_Task brief:_
Every entry should be given again exactly, with nothing dropped.

********

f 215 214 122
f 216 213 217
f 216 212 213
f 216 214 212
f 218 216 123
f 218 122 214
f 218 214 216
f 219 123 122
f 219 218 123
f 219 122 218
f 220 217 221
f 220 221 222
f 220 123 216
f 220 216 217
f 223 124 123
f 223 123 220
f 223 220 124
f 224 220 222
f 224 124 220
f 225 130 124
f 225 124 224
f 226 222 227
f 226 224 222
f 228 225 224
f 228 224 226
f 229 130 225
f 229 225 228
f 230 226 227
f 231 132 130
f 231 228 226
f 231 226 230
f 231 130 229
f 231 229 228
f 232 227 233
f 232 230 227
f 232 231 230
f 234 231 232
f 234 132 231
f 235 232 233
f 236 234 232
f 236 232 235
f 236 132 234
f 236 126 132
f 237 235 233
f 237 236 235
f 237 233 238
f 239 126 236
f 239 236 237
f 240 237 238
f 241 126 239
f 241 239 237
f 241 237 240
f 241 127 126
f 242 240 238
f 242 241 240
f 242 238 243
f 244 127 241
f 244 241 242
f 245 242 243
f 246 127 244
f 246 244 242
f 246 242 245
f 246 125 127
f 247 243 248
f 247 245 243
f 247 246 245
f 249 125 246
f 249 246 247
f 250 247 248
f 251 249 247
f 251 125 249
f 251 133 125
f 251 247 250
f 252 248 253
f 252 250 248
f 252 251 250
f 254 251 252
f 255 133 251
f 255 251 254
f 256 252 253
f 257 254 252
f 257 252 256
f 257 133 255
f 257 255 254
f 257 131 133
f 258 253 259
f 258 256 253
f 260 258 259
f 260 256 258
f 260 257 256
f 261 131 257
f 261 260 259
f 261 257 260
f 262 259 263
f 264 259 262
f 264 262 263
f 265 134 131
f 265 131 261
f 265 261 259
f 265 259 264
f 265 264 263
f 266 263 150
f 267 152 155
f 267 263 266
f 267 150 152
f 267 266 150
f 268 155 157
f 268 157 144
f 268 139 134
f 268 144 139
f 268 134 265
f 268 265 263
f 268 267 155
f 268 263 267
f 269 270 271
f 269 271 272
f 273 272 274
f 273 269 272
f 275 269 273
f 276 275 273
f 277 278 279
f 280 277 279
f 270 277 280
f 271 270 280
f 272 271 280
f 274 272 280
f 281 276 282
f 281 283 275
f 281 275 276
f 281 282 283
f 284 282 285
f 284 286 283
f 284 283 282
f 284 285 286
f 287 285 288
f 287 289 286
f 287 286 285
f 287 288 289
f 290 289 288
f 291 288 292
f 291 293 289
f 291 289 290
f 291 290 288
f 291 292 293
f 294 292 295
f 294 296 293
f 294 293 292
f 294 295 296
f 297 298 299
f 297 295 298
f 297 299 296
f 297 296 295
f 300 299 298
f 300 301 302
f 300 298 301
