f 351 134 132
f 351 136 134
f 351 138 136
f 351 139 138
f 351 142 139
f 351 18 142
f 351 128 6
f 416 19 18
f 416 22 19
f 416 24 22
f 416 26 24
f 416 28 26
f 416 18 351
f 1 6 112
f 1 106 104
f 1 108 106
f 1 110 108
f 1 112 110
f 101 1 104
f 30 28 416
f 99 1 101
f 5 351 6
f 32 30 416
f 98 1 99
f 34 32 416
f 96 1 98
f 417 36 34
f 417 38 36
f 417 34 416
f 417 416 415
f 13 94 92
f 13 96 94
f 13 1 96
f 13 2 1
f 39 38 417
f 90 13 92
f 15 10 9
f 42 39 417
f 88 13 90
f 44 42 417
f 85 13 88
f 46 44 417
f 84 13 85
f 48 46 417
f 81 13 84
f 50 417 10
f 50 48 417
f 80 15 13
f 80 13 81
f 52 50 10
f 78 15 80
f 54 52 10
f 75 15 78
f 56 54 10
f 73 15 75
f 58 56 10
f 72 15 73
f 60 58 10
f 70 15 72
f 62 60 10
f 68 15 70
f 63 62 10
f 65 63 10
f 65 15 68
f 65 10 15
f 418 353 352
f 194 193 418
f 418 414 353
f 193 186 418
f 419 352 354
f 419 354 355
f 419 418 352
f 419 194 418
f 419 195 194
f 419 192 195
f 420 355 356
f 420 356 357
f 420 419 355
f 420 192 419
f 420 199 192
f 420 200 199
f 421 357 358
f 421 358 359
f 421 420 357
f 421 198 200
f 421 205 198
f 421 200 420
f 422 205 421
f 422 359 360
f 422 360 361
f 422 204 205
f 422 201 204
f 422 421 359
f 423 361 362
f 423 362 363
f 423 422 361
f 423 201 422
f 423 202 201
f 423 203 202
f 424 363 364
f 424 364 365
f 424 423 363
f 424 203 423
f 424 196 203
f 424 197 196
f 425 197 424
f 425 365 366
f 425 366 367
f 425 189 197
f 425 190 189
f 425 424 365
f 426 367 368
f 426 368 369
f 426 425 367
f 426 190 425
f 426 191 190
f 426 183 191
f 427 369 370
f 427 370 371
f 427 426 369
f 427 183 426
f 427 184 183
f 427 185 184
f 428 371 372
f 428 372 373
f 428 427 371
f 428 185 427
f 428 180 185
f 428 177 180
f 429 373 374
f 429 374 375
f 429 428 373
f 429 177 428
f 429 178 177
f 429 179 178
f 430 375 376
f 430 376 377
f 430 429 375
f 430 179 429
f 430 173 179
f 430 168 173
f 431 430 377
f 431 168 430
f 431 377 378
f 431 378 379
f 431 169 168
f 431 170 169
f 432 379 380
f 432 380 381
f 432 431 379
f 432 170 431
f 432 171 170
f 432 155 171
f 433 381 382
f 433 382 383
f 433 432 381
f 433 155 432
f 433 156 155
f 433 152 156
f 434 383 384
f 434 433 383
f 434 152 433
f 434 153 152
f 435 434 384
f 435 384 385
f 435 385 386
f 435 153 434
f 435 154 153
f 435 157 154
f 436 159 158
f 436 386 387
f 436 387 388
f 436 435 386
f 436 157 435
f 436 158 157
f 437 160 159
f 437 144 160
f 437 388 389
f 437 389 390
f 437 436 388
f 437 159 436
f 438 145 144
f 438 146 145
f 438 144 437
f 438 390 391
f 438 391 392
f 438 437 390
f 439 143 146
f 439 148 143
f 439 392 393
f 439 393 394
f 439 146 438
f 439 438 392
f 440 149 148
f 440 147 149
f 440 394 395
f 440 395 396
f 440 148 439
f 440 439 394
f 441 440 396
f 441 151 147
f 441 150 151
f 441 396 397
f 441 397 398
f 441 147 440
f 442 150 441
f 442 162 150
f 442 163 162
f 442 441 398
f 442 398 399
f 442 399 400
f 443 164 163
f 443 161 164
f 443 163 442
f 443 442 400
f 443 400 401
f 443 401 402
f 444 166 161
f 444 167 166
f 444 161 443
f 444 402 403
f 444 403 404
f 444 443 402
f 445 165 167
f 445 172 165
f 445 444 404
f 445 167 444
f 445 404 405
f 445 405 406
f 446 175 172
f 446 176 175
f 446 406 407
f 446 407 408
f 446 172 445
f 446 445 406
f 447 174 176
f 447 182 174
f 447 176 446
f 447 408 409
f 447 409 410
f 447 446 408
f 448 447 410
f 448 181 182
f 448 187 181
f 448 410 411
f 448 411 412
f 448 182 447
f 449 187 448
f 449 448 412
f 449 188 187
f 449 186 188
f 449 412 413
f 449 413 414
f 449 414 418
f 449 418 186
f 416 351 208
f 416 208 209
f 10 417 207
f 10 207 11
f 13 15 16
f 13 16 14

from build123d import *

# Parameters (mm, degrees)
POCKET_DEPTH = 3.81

********

_Written answer:_
f 215 214 122
f 216 213 217
f 216 212 213
f 216 214 212
f 218 216 123
f 218 122 214
f 218 214 216
f 219 123 122
f 219 218 123
f 219 122 218
f 220 217 221
f 220 221 222
f 220 123 216
f 220 216 217
f 223 124 123
f 223 123 220
f 223 220 124
f 224 220 222
f 224 124 220
f 225 130 124
f 225 124 224
f 226 222 227
f 226 224 222
f 228 225 224
f 228 224 226
f 229 130 225
f 229 225 228
f 230 226 227
f 231 132 130
f 231 228 226
f 231 226 230
f 231 130 229
f 231 229 228
f 232 227 233
f 232 230 227
f 232 231 230
f 234 231 232
f 234 132 231
f 235 232 233
f 236 234 232
f 236 232 235
f 236 132 234
f 236 126 132
f 237 235 233
f 237 236 235
f 237 233 238
f 239 126 236
f 239 236 237
f 240 237 238
f 241 126 239
f 241 239 237
f 241 237 240
f 241 127 126
f 242 240 238
f 242 241 240
f 242 238 243
f 244 127 241
f 244 241 242
f 245 242 243
f 246 127 244
f 246 244 242
f 246 242 245
f 246 125 127
f 247 243 248
f 247 245 243
f 247 246 245
f 249 125 246
f 249 246 247
f 250 247 248
f 251 249 247
f 251 125 249
f 251 133 125
f 251 247 250
f 252 248 253
f 252 250 248
f 252 251 250
f 254 251 252
f 255 133 251
f 255 251 254
f 256 252 253
f 257 254 252
f 257 252 256
f 257 133 255
f 257 255 254
f 257 131 133
f 258 253 259
f 258 256 253
f 260 258 259
f 260 256 258
f 260 257 256
f 261 131 257
f 261 260 259
f 261 257 260
f 262 259 263
f 264 259 262
f 264 262 263
f 265 134 131
f 265 131 261
f 265 261 259
f 265 259 264
f 265 264 263
f 266 263 150
f 267 152 155
f 267 263 266
f 267 150 152
f 267 266 150
f 268 155 157
f 268 157 144
f 268 139 134
f 268 144 139
f 268 134 265
f 268 265 263
f 268 267 155
f 268 263 267
f 269 270 271
f 269 271 272
f 273 272 274
f 273 269 272
f 275 269 273
f 276 275 273
f 277 278 279
f 280 277 279
f 270 277 280
f 271 270 280
f 272 271 280
f 274 272 280
f 281 276 282
f 281 283 275
f 281 275 276
f 281 282 283
f 284 282 285
f 284 286 283
f 284 283 282
f 284 285 286
f 287 285 288
f 287 289 286
f 287 286 285
f 287 288 289
f 290 289 288
f 291 288 292
f 291 293 289
f 291 289 290
f 291 290 288
f 291 292 293
f 294 292 295
f 294 296 293
f 294 293 292
f 294 295 296
f 297 298 299
f 297 295 298
f 297 299 296
f 297 296 295
f 300 299 298
f 300 301 302
f 300 298 301
f 351 134 132
f 351 136 134
f 351 138 136
f 351 139 138
f 351 142 139
f 351 18 142
f 351 128 6
f 416 19 18
f 416 22 19
f 416 24 22
f 416 26 24
f 416 28 26
f 416 18 351
f 1 6 112
f 1 106 104
f 1 108 106
f 1 110 108
f 1 112 110
f 101 1 104
f 30 28 416
f 99 1 101
f 5 351 6
f 32 30 416
f 98 1 99
f 34 32 416
f 96 1 98
f 417 36 34
f 417 38 36
f 417 34 416
f 417 416 415
f 13 94 92
f 13 96 94
f 13 1 96
f 13 2 1
f 39 38 417
f 90 13 92
f 15 10 9
f 42 39 417
f 88 13 90
f 44 42 417
f 85 13 88
f 46 44 417
f 84 13 85
f 48 46 417
f 81 13 84
f 50 417 10
f 50 48 417
f 80 15 13
f 80 13 81
f 52 50 10
f 78 15 80
f 54 52 10
f 75 15 78
f 56 54 10
f 73 15 75
f 58 56 10
f 72 15 73
f 60 58 10
f 70 15 72
f 62 60 10
f 68 15 70
f 63 62 10
f 65 63 10
f 65 15 68
f 65 10 15
f 418 353 352
f 194 193 418
f 418 414 353
f 193 186 418
f 419 352 354
f 419 354 355
f 419 418 352
f 419 194 418
f 419 195 194
f 419 192 195
f 420 355 356
f 420 356 357
f 420 419 355
f 420 192 419
f 420 199 192
f 420 200 199
f 421 357 358
f 421 358 359
f 421 420 357
f 421 198 200
f 421 205 198
f 421 200 420
f 422 205 421
f 422 359 360
f 422 360 361
f 422 204 205
f 422 201 204
f 422 421 359
f 423 361 362
f 423 362 363
f 423 422 361
f 423 201 422
f 423 202 201
f 423 203 202
f 424 363 364
f 424 364 365
f 424 423 363
f 424 203 423
f 424 196 203
f 424 197 196
f 425 197 424
f 425 365 366
f 425 366 367
f 425 189 197
f 425 190 189
f 425 424 365
f 426 367 368
f 426 368 369
f 426 425 367
f 426 190 425
f 426 191 190
f 426 183 191
f 427 369 370
f 427 370 371
f 427 426 369
f 427 183 426
f 427 184 183
f 427 185 184
f 428 371 372
f 428 372 373
f 428 427 371
f 428 185 427
f 428 180 185
f 428 177 180
f 429 373 374
f 429 374 375
f 429 428 373
f 429 177 428
f 429 178 177
f 429 179 178
f 430 375 376
f 430 376 377
f 430 429 375
f 430 179 429
f 430 173 179
f 430 168 173
f 431 430 377
f 431 168 430
f 431 377 378
f 431 378 379
f 431 169 168
f 431 170 169
f 432 379 380
f 432 380 381
f 432 431 379
f 432 170 431
f 432 171 170
f 432 155 171
f 433 381 382
f 433 382 383
f 433 432 381
f 433 155 432
f 433 156 155
f 433 152 156
f 434 383 384
f 434 433 383
f 434 152 433
f 434 153 152
f 435 434 384
f 435 384 385
f 435 385 386
f 435 153 434
f 435 154 153
f 435 157 154
f 436 159 158
f 436 386 387
f 436 387 388
f 436 435 386
f 436 157 435
f 436 158 157
f 437 160 159
f 437 144 160
f 437 388 389
f 437 389 390
f 437 436 388
f 437 159 436
f 438 145 144
f 438 146 145
f 438 144 437
f 438 390 391
f 438 391 392
f 438 437 390
f 439 143 146
f 439 148 143
f 439 392 393
f 439 393 394
f 439 146 438
f 439 438 392
f 440 149 148
f 440 147 149
f 440 394 395
f 440 395 396
f 440 148 439
f 440 439 394
f 441 440 396
f 441 151 147
f 441 150 151
f 441 396 397
f 441 397 398
f 441 147 440
f 442 150 441
f 442 162 150
f 442 163 162
f 442 441 398
f 442 398 399
f 442 399 400
f 443 164 163
f 443 161 164
f 443 163 442
f 443 442 400
f 443 400 401
f 443 401 402
f 444 166 161
f 444 167 166
f 444 161 443
f 444 402 403
f 444 403 404
f 444 443 402
f 445 165 167
f 445 172 165
f 445 444 404
f 445 167 444
f 445 404 405
f 445 405 406
f 446 175 172
f 446 176 175
f 446 406 407
f 446 407 408
f 446 172 445
f 446 445 406
f 447 174 176
f 447 182 174
f 447 176 446
f 447 408 409
f 447 409 410
f 447 446 408
f 448 447 410
f 448 181 182
f 448 187 181
f 448 410 411
f 448 411 412
f 448 182 447
f 449 187 448
f 449 448 412
f 449 188 187
f 449 186 188
f 449 412 413
f 449 413 414
f 449 414 418
f 449 418 186
f 416 351 208
f 416 208 209
f 10 417 207
f 10 207 11
f 13 15 16
f 13 16 14

from build123d import *

# Parameters (mm, degrees)
POCKET_DEPTH = 3.81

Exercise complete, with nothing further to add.